WHAT THIS TASK INVOLVES =
Only the lines below, from the one with "v38 (22.5,-4.5,1)" through the one with "v43 (-22.5,-4.5,0)", are to be written out, exactly.

[Saved entries]
=== Section Start ===

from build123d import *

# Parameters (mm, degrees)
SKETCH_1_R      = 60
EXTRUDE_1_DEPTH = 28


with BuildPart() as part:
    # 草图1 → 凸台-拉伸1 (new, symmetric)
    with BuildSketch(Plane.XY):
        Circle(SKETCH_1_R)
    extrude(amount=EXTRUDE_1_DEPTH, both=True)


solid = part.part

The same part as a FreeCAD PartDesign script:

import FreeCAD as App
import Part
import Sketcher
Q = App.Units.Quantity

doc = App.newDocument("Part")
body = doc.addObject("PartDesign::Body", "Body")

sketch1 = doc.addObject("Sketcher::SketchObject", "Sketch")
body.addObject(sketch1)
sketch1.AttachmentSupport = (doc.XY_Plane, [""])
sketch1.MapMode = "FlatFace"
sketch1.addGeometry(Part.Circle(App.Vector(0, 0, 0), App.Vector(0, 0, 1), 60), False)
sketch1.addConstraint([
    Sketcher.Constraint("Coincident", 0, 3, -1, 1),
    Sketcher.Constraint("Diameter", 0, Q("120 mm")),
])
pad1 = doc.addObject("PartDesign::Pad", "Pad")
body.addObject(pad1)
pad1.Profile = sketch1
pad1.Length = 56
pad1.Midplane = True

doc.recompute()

=== Section End ===
=== Section Start ===

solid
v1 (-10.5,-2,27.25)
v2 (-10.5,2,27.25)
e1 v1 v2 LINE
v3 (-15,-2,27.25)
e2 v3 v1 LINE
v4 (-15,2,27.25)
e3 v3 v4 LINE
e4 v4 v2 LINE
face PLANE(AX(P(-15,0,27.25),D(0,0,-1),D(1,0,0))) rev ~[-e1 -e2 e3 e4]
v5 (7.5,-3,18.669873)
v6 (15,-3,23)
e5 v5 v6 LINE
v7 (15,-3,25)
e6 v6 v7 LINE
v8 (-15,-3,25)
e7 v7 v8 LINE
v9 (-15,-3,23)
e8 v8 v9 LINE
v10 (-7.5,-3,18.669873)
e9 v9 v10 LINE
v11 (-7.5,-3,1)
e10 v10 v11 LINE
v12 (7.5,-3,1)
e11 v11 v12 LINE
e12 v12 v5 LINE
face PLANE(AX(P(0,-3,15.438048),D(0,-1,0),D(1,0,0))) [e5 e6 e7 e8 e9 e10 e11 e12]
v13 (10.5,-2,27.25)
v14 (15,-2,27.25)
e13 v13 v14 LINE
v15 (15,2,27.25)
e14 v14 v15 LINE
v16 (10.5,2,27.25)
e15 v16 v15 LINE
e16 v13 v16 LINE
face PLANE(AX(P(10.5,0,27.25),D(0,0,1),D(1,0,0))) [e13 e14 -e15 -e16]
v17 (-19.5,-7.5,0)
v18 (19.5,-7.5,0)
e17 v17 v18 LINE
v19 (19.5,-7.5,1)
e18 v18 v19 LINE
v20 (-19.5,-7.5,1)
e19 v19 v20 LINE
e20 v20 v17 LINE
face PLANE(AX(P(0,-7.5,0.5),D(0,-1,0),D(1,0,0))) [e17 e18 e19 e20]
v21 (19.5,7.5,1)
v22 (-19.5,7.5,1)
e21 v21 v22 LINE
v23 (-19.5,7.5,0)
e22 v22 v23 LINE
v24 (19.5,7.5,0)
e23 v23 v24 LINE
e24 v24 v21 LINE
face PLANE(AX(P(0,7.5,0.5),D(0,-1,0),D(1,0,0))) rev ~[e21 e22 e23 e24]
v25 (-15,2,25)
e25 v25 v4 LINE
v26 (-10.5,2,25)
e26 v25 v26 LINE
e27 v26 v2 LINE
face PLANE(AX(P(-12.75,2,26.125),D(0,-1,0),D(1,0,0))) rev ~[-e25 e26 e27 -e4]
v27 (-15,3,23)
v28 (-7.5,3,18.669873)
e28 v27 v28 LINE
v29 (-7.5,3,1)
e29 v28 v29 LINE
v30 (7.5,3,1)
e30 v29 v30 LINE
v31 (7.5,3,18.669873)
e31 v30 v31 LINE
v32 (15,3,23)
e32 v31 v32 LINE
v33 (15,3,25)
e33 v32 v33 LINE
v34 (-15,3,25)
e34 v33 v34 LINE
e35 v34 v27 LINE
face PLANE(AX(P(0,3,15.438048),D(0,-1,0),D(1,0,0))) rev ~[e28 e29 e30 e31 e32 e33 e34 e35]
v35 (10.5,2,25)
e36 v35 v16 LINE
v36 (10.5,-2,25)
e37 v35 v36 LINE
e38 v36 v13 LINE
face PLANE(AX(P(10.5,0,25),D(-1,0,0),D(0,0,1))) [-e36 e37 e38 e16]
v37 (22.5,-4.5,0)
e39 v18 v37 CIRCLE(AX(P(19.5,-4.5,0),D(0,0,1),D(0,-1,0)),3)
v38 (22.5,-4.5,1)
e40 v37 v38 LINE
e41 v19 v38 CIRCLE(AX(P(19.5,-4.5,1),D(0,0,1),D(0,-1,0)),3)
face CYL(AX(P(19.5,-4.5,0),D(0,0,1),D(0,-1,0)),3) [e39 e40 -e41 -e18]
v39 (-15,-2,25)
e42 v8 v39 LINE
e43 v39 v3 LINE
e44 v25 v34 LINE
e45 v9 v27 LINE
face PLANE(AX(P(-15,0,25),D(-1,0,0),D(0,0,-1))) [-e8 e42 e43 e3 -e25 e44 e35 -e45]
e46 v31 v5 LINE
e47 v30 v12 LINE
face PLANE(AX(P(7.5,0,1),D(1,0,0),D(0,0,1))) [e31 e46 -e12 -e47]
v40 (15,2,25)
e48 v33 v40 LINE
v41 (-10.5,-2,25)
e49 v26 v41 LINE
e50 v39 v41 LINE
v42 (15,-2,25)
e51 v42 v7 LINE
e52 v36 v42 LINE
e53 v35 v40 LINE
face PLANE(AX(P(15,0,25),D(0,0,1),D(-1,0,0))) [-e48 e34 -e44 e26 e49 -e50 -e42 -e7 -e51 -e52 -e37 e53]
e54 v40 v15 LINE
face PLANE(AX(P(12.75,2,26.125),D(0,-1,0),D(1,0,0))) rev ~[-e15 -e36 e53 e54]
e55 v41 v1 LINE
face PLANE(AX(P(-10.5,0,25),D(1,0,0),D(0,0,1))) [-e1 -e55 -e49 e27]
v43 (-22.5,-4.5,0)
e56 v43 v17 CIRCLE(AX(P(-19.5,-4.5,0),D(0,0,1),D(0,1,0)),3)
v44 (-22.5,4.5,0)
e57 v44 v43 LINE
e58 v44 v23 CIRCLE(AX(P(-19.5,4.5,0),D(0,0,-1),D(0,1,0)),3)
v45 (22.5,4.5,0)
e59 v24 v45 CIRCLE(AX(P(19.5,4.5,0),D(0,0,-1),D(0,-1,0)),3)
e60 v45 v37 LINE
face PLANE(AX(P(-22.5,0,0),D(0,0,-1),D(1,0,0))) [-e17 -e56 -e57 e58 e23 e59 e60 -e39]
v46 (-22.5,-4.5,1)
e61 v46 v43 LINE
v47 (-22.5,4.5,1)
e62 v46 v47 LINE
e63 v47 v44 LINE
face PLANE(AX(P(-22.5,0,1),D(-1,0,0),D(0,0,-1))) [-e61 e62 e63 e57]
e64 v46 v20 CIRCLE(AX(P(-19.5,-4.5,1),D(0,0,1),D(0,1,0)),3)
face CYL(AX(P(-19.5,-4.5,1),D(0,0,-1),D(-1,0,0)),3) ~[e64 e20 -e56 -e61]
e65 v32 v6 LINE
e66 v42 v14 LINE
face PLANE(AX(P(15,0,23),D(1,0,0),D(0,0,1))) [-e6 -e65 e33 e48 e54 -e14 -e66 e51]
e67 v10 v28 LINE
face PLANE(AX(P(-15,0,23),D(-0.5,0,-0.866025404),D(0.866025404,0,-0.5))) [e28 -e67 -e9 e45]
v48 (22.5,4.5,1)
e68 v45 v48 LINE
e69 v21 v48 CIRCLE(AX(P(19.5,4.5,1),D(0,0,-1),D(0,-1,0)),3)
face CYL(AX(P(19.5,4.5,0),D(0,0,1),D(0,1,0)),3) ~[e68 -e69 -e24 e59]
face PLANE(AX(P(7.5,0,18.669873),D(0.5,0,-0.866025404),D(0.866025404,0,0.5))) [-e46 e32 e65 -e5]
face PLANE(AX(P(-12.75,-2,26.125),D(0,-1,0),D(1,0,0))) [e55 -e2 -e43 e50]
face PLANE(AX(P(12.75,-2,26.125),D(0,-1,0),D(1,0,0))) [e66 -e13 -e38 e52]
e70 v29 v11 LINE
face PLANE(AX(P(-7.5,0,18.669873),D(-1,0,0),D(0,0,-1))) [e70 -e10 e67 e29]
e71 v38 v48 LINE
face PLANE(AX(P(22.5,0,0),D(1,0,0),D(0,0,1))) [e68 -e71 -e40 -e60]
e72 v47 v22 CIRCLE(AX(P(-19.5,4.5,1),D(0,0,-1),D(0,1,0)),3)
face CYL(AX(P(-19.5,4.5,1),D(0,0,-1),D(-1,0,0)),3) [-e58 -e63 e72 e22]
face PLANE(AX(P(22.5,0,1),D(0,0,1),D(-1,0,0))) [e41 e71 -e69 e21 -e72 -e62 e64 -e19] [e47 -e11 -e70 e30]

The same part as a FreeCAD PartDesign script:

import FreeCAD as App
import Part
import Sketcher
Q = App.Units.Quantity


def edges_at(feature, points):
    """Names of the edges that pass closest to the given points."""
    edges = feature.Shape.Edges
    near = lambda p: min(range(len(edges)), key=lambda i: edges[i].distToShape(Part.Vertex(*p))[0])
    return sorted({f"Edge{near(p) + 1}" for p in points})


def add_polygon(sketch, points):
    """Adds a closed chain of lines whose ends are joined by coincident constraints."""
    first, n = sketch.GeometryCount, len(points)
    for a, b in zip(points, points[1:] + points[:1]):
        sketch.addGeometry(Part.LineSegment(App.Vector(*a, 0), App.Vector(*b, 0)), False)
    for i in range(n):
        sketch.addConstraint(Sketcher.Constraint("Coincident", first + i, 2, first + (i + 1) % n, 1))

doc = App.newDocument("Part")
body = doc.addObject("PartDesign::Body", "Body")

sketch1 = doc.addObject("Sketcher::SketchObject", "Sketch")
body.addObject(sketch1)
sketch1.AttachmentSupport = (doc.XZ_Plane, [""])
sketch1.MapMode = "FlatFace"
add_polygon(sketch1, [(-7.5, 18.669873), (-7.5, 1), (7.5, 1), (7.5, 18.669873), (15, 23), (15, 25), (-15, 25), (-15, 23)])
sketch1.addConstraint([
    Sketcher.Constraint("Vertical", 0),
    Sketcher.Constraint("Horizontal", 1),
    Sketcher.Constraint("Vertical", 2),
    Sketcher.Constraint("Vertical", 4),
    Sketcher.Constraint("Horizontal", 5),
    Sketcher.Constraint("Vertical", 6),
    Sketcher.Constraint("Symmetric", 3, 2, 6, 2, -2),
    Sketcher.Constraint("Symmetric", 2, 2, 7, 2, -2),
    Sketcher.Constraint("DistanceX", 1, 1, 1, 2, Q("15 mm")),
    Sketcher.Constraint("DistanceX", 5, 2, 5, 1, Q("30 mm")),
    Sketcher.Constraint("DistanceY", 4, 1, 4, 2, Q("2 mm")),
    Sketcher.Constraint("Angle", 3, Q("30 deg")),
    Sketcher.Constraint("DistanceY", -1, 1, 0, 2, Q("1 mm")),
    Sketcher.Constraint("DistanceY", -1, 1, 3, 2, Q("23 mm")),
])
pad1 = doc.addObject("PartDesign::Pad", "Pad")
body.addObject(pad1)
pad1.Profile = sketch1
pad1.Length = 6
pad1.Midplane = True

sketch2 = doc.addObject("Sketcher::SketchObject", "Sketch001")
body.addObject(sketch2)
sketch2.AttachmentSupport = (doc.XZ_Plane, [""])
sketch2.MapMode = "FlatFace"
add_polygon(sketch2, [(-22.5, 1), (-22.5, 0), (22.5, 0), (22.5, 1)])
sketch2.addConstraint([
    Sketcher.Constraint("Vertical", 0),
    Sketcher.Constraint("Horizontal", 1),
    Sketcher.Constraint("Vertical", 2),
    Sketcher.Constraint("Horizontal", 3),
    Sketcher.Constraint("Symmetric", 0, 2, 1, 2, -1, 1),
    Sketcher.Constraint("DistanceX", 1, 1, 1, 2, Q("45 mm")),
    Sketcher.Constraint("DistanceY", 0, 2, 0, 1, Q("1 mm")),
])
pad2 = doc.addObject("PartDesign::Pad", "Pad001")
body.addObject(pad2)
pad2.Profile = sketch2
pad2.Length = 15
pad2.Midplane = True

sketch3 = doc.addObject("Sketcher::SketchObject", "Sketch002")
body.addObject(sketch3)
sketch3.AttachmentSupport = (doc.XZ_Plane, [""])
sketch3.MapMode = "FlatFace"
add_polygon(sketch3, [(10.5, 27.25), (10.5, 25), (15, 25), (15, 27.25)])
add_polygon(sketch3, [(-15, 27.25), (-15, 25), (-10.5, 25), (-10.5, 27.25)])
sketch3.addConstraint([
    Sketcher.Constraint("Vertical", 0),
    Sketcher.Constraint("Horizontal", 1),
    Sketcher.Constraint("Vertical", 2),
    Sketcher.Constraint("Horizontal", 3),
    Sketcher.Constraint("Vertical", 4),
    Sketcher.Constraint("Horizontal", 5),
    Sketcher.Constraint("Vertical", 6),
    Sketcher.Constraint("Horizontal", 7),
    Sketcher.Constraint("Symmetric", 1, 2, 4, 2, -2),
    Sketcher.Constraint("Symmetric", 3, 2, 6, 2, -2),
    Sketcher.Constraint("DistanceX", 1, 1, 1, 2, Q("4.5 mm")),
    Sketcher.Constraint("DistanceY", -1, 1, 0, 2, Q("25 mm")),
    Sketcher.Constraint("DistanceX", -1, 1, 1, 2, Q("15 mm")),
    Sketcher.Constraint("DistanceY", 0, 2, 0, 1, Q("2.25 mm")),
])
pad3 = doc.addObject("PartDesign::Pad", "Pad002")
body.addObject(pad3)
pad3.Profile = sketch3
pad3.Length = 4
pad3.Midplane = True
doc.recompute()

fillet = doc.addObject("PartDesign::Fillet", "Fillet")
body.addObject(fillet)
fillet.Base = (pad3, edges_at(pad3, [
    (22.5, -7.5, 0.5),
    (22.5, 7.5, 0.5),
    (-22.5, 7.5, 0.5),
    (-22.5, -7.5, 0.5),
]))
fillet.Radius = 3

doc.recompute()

=== Section End ===
=== Section Start ===

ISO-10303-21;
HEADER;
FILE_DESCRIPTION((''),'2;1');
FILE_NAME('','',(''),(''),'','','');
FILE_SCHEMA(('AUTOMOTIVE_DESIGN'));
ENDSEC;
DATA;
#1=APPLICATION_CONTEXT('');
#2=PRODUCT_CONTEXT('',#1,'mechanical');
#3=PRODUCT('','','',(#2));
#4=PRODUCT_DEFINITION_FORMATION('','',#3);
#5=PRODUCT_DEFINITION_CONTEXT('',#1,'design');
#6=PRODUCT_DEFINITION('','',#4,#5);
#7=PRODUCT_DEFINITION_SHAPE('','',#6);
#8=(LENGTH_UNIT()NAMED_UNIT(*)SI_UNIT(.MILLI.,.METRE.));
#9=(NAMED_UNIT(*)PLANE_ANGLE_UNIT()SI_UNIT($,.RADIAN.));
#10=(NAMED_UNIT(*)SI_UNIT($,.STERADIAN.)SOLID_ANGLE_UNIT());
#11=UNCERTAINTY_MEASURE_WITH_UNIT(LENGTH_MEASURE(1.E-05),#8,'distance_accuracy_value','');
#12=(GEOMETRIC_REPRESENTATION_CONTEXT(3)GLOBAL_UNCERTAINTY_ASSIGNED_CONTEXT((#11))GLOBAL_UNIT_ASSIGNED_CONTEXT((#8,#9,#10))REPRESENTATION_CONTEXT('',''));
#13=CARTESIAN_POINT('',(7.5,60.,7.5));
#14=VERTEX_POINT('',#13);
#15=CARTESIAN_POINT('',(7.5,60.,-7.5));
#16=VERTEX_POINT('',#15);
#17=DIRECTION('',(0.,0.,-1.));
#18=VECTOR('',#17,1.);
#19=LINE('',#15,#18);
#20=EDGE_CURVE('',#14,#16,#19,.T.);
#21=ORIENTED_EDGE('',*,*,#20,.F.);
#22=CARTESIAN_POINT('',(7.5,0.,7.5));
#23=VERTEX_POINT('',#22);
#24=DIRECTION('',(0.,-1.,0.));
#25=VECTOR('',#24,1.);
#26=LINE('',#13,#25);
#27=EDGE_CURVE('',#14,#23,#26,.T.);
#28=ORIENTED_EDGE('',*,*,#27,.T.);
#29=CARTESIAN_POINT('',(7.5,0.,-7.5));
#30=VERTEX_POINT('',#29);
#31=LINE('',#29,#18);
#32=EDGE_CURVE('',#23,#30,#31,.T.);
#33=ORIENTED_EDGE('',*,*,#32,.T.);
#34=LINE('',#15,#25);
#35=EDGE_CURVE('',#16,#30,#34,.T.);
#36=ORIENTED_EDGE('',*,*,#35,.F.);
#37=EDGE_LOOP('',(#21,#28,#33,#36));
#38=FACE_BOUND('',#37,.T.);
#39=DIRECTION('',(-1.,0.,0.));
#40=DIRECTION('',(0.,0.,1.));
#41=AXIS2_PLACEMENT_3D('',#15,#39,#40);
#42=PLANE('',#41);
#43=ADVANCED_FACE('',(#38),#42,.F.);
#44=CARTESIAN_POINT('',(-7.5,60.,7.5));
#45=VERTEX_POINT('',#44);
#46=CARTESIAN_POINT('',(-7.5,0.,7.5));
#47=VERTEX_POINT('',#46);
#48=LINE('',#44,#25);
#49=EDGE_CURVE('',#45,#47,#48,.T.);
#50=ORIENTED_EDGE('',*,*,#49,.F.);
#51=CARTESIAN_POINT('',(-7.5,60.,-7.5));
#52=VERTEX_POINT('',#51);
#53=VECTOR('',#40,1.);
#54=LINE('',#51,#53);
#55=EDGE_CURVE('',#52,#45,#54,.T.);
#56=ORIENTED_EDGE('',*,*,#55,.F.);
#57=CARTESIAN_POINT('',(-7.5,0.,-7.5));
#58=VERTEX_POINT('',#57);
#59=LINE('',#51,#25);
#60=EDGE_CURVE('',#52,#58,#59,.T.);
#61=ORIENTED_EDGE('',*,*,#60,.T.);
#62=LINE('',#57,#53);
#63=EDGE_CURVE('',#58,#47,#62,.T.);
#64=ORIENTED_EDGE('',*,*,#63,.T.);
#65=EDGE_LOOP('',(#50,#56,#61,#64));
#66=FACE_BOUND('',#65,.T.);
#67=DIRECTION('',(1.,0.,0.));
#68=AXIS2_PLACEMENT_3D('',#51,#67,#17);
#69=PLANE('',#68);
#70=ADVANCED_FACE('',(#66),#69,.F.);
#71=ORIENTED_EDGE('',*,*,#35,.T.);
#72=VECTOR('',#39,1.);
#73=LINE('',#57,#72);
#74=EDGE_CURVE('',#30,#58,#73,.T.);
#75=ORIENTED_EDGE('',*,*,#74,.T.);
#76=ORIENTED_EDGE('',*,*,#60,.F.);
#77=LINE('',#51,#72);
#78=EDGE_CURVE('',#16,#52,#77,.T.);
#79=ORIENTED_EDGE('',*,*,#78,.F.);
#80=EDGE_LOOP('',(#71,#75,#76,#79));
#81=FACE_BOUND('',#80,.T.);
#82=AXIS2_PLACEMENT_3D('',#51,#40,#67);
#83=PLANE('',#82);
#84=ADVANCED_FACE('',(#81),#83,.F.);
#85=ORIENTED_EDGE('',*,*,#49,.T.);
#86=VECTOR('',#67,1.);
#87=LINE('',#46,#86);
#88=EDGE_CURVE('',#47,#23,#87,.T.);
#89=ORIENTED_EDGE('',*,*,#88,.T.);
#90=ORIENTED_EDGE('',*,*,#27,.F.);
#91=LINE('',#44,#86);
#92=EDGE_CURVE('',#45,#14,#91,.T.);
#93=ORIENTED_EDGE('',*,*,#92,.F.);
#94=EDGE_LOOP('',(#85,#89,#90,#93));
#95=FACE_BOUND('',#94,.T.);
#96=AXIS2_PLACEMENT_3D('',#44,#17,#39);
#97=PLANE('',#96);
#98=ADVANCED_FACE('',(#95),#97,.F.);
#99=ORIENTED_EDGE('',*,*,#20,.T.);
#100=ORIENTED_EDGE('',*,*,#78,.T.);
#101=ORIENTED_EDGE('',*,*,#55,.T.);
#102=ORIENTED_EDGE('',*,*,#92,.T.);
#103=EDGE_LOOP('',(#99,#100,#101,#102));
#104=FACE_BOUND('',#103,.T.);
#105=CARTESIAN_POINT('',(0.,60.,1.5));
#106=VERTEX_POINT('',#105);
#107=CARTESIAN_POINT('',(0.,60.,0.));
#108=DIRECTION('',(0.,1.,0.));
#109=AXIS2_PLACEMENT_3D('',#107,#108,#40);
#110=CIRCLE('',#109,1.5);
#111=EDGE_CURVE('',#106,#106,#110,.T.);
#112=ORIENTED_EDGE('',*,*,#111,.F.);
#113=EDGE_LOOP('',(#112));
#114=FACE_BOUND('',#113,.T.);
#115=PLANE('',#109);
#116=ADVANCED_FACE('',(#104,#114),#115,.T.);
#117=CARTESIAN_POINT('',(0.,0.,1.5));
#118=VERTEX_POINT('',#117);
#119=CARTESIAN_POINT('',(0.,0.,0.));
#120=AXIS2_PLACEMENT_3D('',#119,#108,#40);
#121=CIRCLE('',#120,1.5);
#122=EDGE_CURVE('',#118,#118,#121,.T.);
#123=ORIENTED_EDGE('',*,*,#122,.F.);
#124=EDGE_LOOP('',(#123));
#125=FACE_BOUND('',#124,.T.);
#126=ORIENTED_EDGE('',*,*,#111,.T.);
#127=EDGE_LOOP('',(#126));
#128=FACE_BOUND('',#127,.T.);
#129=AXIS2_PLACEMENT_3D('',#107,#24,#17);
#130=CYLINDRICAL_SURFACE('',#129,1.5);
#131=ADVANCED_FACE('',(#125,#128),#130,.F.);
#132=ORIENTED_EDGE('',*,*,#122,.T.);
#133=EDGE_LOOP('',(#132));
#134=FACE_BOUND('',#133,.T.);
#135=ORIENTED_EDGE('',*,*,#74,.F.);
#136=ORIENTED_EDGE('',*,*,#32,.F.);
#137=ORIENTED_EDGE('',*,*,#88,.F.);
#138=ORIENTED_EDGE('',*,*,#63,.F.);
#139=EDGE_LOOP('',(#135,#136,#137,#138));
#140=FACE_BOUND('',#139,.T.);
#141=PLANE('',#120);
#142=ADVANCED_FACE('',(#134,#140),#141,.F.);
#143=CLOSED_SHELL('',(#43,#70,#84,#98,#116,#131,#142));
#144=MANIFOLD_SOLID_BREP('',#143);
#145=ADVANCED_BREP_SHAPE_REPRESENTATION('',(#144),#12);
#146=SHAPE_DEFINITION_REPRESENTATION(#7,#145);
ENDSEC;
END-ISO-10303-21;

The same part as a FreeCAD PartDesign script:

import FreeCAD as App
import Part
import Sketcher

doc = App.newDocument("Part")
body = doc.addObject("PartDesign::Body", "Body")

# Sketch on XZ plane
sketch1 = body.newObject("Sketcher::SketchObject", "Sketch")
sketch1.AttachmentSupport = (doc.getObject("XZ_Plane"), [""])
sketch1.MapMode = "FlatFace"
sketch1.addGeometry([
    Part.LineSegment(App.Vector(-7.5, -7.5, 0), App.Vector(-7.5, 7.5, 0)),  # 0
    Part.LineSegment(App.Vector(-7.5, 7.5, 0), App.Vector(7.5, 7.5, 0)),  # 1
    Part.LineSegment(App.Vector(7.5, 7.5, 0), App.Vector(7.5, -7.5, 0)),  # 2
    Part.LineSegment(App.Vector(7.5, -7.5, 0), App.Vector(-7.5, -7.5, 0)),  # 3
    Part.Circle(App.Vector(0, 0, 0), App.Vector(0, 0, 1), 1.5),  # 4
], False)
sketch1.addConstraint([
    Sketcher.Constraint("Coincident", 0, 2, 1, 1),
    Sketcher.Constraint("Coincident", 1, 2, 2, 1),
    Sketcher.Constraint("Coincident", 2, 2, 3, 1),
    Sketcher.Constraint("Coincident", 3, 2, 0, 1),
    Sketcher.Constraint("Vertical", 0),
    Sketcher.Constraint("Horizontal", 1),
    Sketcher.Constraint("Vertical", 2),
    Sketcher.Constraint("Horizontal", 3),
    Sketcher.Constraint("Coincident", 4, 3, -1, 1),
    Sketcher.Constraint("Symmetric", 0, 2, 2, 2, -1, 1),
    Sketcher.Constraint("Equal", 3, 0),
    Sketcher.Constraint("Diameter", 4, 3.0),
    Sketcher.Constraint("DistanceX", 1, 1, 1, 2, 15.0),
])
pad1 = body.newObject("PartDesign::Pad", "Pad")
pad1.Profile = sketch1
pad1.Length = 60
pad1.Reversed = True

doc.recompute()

=== Section End ===

ANSWER SECTION =
v38 (22.5,-4.5,1)
e40 v37 v38 LINE
e41 v19 v38 CIRCLE(AX(P(19.5,-4.5,1),D(0,0,1),D(0,-1,0)),3)
face CYL(AX(P(19.5,-4.5,0),D(0,0,1),D(0,-1,0)),3) [e39 e40 -e41 -e18]
v39 (-15,-2,25)
e42 v8 v39 LINE
e43 v39 v3 LINE
e44 v25 v34 LINE
e45 v9 v27 LINE
face PLANE(AX(P(-15,0,25),D(-1,0,0),D(0,0,-1))) [-e8 e42 e43 e3 -e25 e44 e35 -e45]
e46 v31 v5 LINE
e47 v30 v12 LINE
face PLANE(AX(P(7.5,0,1),D(1,0,0),D(0,0,1))) [e31 e46 -e12 -e47]
v40 (15,2,25)
e48 v33 v40 LINE
v41 (-10.5,-2,25)
e49 v26 v41 LINE
e50 v39 v41 LINE
v42 (15,-2,25)
e51 v42 v7 LINE
e52 v36 v42 LINE
e53 v35 v40 LINE
face PLANE(AX(P(15,0,25),D(0,0,1),D(-1,0,0))) [-e48 e34 -e44 e26 e49 -e50 -e42 -e7 -e51 -e52 -e37 e53]
e54 v40 v15 LINE
face PLANE(AX(P(12.75,2,26.125),D(0,-1,0),D(1,0,0))) rev ~[-e15 -e36 e53 e54]
e55 v41 v1 LINE
face PLANE(AX(P(-10.5,0,25),D(1,0,0),D(0,0,1))) [-e1 -e55 -e49 e27]
v43 (-22.5,-4.5,0)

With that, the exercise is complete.